Similar to New Jersey, the U.S. District Court for the District of Delaware is split on whether a corporation subjects itself to general in personam jurisdiction in a forum by registering to do business in that forum. Compare Acorda Therapeutics, Inc. v. Mylan Pharm. Inc., 78 F. Supp. 3d 572, 588 (D. Del. 2015), aff’d, 817 F.3d 755 (Fed. Cir. 2016) (holding that “Daimler does not eliminate consent as a basis for a state to establish general jurisdiction over a corporation which has appointed an agent for service of process in that state, as is required as part of registering to do business in that state”), with AstraZeneca AB v. Mylan Pharm., Inc., 72 F. Supp. 3d 549 (D. Del. 2014), motion to certify appeal granted sub nom. AstraZeneca AB v. Aurobindo Pharma Ltd., No. CV 14-664-GMS, 2014 WL 7533913 (D. Del. Dec. 17, 2014), and aff’d sub nom. Acorda Therapeutics Inc. v. Mylan Pharm. Inc., 817 F.3d 755 (Fed. Cir. 2016) (holding that based on the holding in Daimler, the defendant’s compliance with Delaware’s registration statutes, which are mandatory for doing business within the state, cannot establish consent to jurisdiction).

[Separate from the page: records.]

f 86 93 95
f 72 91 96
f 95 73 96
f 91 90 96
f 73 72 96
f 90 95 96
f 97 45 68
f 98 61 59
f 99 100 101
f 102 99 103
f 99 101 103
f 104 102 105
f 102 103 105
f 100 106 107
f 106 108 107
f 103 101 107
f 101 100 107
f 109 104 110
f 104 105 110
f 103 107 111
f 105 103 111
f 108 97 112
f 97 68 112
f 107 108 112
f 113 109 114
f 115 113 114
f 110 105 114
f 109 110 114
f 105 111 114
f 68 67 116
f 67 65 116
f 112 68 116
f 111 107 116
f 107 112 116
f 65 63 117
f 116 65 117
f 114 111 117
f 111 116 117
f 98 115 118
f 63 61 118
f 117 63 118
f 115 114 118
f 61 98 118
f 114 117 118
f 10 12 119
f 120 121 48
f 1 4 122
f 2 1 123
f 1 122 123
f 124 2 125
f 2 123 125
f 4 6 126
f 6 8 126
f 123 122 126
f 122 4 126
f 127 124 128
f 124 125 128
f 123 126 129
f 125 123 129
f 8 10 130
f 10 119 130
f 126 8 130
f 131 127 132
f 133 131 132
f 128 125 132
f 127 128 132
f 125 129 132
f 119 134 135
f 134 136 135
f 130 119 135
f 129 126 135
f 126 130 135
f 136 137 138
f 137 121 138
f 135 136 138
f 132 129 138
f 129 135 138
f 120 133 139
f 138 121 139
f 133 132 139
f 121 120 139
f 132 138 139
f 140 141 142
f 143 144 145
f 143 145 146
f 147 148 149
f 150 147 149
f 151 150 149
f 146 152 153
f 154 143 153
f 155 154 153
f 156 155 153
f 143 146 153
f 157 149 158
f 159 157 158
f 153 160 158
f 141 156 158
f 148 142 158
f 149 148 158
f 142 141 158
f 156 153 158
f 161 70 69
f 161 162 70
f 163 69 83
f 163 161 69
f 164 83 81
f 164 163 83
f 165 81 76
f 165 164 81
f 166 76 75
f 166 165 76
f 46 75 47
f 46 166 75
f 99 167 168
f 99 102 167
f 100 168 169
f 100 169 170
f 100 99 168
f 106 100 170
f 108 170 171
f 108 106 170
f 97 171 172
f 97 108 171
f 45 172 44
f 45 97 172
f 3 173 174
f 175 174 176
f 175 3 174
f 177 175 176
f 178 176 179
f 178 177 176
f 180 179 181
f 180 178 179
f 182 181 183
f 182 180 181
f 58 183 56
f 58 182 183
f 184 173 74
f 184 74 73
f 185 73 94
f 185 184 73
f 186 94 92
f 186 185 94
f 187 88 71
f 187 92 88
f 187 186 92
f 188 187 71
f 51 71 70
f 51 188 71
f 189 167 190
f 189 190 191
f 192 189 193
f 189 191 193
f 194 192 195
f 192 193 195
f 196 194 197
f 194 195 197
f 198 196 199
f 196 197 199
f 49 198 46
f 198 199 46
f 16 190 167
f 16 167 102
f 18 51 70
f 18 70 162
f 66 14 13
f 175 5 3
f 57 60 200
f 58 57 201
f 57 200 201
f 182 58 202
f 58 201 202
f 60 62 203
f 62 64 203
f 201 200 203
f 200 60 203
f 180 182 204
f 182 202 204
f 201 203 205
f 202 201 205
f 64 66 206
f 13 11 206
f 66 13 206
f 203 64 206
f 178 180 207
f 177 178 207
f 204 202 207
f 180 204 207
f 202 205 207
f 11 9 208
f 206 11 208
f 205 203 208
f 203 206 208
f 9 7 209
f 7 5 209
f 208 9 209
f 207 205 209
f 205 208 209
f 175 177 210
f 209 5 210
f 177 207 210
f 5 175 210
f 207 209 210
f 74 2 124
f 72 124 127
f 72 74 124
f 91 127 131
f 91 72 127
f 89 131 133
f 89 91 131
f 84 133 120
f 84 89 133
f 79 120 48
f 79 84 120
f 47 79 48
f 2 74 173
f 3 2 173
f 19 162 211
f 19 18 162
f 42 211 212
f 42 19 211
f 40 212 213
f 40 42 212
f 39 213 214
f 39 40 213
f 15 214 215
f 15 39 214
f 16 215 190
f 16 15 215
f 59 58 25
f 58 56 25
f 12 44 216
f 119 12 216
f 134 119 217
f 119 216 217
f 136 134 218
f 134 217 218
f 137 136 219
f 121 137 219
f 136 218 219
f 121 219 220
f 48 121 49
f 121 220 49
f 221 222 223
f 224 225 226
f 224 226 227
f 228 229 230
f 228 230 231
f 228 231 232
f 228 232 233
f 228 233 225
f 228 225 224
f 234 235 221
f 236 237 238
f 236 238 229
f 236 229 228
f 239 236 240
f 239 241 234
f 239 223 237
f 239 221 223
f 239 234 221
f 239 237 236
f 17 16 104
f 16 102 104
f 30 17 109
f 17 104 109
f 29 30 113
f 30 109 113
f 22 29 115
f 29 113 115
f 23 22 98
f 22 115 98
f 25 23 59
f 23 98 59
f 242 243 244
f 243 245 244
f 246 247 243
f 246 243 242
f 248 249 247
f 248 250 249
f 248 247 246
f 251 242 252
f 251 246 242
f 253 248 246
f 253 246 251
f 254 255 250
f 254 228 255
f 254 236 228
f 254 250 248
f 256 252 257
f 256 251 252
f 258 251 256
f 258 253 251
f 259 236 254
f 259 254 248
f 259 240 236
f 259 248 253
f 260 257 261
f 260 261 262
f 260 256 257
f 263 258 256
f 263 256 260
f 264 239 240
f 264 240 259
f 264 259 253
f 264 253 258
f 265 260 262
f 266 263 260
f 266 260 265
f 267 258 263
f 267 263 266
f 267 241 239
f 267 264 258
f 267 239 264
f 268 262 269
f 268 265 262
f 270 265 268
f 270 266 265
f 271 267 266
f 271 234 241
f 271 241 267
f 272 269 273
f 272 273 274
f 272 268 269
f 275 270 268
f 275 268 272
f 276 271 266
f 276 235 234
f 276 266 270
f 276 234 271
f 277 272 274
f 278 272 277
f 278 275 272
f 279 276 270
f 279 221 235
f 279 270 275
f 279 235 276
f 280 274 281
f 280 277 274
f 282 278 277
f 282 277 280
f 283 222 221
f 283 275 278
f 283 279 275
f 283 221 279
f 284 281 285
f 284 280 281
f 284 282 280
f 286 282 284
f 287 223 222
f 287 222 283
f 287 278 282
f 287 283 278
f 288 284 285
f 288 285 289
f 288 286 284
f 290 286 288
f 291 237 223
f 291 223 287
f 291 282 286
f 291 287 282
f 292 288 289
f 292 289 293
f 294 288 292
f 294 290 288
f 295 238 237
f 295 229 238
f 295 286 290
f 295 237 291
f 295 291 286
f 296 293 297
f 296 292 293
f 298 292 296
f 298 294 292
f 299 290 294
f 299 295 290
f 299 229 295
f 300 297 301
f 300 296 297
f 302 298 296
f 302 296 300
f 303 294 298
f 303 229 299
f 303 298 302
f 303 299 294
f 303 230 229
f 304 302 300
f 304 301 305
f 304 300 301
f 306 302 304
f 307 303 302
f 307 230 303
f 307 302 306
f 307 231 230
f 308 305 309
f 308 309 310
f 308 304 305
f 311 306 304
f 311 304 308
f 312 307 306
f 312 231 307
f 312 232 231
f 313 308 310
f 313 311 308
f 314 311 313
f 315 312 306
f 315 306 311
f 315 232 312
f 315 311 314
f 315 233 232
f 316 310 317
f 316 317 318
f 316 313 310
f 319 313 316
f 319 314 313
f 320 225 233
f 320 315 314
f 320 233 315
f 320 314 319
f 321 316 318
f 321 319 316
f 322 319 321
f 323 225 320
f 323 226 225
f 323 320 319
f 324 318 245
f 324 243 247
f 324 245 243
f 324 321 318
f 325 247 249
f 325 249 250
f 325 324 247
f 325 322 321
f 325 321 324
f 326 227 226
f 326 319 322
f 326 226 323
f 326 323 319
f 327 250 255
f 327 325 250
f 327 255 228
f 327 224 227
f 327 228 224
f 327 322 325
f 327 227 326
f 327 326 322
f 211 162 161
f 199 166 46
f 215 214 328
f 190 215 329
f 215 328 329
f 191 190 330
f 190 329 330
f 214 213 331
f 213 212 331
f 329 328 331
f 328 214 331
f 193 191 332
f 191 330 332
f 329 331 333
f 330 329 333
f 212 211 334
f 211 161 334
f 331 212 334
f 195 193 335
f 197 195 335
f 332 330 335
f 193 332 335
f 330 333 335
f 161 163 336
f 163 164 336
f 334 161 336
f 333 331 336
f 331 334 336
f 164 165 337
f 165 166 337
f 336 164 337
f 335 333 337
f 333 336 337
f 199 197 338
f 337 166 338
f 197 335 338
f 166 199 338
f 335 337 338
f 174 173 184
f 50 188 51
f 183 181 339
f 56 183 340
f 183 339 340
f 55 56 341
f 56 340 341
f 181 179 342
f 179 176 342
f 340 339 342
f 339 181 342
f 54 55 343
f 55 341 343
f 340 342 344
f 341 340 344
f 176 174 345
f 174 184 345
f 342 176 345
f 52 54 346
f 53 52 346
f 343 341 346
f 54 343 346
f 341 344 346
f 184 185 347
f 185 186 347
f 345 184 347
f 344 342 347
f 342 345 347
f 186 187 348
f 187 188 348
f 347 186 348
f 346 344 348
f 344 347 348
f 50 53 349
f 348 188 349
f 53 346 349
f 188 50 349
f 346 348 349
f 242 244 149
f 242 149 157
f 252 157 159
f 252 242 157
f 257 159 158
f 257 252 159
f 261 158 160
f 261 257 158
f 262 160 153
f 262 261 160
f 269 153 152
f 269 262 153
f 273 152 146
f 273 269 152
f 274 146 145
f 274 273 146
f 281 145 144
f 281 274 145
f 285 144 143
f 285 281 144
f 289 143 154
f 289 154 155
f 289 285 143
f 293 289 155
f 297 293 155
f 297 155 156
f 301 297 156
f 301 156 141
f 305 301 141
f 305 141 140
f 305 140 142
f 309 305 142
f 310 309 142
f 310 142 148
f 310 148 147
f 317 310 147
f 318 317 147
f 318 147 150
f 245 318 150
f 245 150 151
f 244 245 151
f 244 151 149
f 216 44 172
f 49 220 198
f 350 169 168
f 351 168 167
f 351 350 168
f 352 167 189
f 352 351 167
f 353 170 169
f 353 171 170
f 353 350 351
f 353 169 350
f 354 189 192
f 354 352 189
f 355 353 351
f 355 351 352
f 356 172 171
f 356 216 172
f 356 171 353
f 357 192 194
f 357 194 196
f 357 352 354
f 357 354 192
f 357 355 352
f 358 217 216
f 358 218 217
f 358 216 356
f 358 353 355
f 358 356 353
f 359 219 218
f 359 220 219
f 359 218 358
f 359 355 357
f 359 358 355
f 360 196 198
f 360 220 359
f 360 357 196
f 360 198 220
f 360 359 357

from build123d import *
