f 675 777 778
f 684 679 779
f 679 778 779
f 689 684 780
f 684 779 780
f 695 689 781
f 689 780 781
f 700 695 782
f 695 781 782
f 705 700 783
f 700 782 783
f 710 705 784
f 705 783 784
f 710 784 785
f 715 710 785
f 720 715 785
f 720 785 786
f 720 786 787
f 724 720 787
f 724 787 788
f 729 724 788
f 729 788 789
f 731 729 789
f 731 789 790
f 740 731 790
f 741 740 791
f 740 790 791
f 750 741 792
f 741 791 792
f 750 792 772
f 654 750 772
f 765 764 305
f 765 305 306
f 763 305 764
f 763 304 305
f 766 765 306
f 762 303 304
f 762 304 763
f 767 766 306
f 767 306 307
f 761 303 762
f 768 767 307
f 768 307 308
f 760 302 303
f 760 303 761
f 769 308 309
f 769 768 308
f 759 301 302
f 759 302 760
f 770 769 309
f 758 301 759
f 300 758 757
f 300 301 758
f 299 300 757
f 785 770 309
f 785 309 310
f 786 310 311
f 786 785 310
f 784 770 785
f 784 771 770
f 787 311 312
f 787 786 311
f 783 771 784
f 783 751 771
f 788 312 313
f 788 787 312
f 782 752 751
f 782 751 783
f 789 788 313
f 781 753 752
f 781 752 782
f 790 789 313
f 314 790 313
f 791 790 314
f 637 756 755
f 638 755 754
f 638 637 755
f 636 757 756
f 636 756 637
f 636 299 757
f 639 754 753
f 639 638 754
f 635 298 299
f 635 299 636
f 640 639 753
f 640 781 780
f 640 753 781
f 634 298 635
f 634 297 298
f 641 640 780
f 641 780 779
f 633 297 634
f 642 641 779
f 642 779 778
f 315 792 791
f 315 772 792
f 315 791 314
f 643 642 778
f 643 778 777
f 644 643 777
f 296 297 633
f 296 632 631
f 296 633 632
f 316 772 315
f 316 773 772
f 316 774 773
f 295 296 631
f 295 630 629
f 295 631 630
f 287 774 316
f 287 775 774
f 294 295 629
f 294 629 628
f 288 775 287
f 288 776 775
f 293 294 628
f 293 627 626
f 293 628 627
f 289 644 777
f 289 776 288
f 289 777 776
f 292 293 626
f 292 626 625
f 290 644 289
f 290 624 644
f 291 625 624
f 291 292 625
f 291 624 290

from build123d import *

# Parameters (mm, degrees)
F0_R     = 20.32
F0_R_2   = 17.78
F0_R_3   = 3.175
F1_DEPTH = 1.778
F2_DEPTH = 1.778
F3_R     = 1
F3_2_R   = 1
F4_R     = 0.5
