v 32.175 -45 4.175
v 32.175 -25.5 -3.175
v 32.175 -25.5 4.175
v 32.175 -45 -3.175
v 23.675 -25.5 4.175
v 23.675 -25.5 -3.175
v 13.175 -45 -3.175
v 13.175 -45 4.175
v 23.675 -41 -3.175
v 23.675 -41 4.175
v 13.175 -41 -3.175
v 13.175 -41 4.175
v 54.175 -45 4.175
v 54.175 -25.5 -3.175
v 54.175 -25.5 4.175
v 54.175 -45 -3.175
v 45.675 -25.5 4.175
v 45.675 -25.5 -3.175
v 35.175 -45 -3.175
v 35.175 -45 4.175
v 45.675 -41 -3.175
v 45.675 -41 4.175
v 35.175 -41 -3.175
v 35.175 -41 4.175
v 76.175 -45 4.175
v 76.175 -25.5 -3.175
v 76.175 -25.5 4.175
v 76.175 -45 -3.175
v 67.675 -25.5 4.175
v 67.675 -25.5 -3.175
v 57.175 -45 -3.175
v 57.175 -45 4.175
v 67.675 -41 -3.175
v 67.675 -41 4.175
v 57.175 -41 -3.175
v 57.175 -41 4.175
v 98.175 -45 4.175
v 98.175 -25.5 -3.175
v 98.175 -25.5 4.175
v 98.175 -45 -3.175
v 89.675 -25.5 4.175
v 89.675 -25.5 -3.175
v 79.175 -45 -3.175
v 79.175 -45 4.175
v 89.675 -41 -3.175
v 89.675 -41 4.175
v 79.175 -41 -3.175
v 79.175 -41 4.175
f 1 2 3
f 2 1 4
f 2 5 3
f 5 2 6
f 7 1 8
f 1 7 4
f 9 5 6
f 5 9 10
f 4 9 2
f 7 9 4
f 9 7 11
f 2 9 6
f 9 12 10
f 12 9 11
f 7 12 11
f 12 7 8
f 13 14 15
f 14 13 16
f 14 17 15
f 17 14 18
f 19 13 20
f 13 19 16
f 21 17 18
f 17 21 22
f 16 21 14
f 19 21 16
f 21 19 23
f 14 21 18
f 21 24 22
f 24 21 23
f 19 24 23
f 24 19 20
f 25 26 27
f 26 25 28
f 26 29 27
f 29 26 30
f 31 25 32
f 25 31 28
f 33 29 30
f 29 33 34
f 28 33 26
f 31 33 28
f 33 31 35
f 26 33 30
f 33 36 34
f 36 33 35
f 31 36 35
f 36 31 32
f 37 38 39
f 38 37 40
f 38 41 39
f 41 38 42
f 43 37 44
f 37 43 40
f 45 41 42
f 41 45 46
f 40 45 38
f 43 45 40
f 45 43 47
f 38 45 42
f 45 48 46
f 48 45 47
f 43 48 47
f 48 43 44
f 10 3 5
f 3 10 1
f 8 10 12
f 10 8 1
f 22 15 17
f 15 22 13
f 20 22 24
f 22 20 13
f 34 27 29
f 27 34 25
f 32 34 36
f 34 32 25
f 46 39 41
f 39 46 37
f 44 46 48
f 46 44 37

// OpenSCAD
// Branch values
branch_initial_width = 30;
branch_length = 170;
branch_width = 100;

// Hook values
hook_depth = 18;
branch_hook_stem_width = 10;
support_hook_stem_width = 4;
error_margin = 0.5;

// Support pillar values
support_pillar_width = 19;

// Constants
branch_thickness = 25.4/4;

// Computed values
a = branch_length;
b = branch_width;
c = branch_initial_width;
external_radius = (a*a+b*b)/(2*b);
internal_radius = (a*a+(b-c)*(b-c))/(2*(b-c));

module BranchHook() {
  translate([0,
             -(branch_initial_width-support_hook_stem_width-error_margin),
             -branch_thickness/2]){
    cube([hook_depth/2-error_margin,
          branch_initial_width-support_hook_stem_width-error_margin,
          branch_thickness]);
  }
  translate([hook_depth/2-error_margin,
             -branch_hook_stem_width,
             -branch_thickness/2]) {
    cube([hook_depth/2+error_margin,
          branch_hook_stem_width,
          branch_thickness]);
  }
}

*BranchHook();

module Branch() {
  translate([hook_depth,0,0]) {
    difference() {
      translate([0,-external_radius,0]) {
        cylinder(r=external_radius, h=branch_thickness, $fn=1000, center=true);
      }
      translate([-external_radius-1,-2*external_radius-1,-branch_thickness]) {
        cube([external_radius+1,2*external_radius+2,2*branch_thickness]);
      }
      translate([0,-branch_initial_width-internal_radius,0]) {
        cylinder(r=internal_radius, h=2*branch_thickness, $fn=1000, center=true);
      }
    }
  }
  BranchHook();
}

*Branch();

module TranslatedBranch() {
  rotate([90,0,0]) {
    translate([branch_thickness/2+support_pillar_width-hook_depth+error_margin,
               0,
               0]) {
      Branch();
    }
  }
}

*TranslatedBranch();

module CenterSupportHook() {
  translate([support_pillar_width+(branch_thickness-hook_depth)/2+error_margin,
             -branch_thickness/2,
             -branch_initial_width]) {
    cube([hook_depth/2-error_margin,
          branch_thickness,
          branch_initial_width-branch_hook_stem_width-error_margin]);
  }
  translate([branch_thickness/2,
             -branch_thickness/2,
             -branch_initial_width]) {
    cube([support_pillar_width-hook_depth/2+error_margin,
          branch_thickness,
          support_hook_stem_width]);
  }
}

*CenterSupportHook();

module CenterSupportPillar() {
  translate([branch_thickness/2,branch_thickness/2,-branch_initial_width]) {
    linear_extrude(height=branch_initial_width) {
      polygon([[0,0],[0,support_pillar_width],[support_pillar_width,0]],
              convexity = N);
    }
  }
}

*CenterSupportPillar();

module CenterSupportPillarAndHook() {
  CenterSupportPillar();
  CenterSupportHook();
}

*CenterSupportPillarAndHook();

module CenterSupport() {
  for (i=[0:3]) {
    rotate([0,0,90*i]) CenterSupportPillarAndHook();
  }
}

*CenterSupport();

module Mobile() {
  for (i=[0:3]) {
    rotate([0,0,90*i]) TranslatedBranch();
  }
  CenterSupport();
}

*Mobile();



// Sheet placement values
number_of_branches = 0;
number_of_hooks = 4;
sheet_width = 210;
sheet_height = 220;
piece_extra_thickness = 1;
branch_separation = 4;
hook_separation = 3;
top_corner_separation = 10;
branch_to_hook_separation = 5;

module ToCut() {
  for(i=[0:piece_extra_thickness]) {
    translate([0,0,i]) {
      if (number_of_branches > 0) {
        for (j=[0:number_of_branches-1]) {
          translate([0,-(branch_initial_width+branch_separation)*j,0]) Branch();
        }
      }
      translate([0,
                 -number_of_branches*(branch_initial_width+branch_separation) - branch_to_hook_separation,
                 0]) {
        for(j=[0:number_of_hooks-1]) {
          translate([(support_pillar_width+hook_separation)*j,0,0]) {
            rotate([-90,0,0]) {
              translate([0,0,0]) CenterSupportHook();
            }
          }
        }
      }
    }
  }
}

*color("gray") translate([0,-sheet_height,0]) cube([sheet_width,sheet_height,1]);
translate([top_corner_separation,-top_corner_separation,0]) ToCut();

Some decisions in Pennsylvania and New York have embraced the new standard
The Eastern District of Pennsylvania and the Southern District of New York appear to be on the same page in that decisions of both courts have held that registering to do business in the forum is not enough to confer general in personam jurisdiction. The Southern District of New York has held that, “after Daimler,… being registered to do business is insufficient to confer general jurisdiction in a state that is neither its state of incorporation or its principal place of business.” Chatwal Hotels & Resorts LLC v. Dollywood Co., 90 F. Supp. 3d 97, 105 (S.D.N.Y. 2015). Likewise, where plaintiff alleged that defendants were registered to do business in the forum state and therefore should be subject to general jurisdiction, the Eastern District of Pennsylvania found that “applying the considerations of Daimler and Goodyear, the mere allegation that defendants operate in the State does not render defendants “at home” in Pennsylvania and subject it to general jurisdiction here.” Spear v. Marriott Hotel Servs., Inc., No. CV 15-6447, 2016 WL 194071, at *3 (E.D. Pa. Jan. 15, 2016). But, in the post-Daimler decision in Bradley v. Powell, No. 15-04025, 2015 WL 5544507, at *5 n.2 (E.D. Pa. Sept. 18, 2015), the court suggested that a foreign corporation’s registration to do business in Pennsylvania likely equated with its consent to general in personam jurisdiction in that forum.
Essentially, Daimler reduces the number of states in which a corporate defendant may be sued under general in personam jurisdiction, and shifts the emphasis to a consent analysis and a specific in personam jurisdiction analysis in those states where there are sufficient contacts under the law.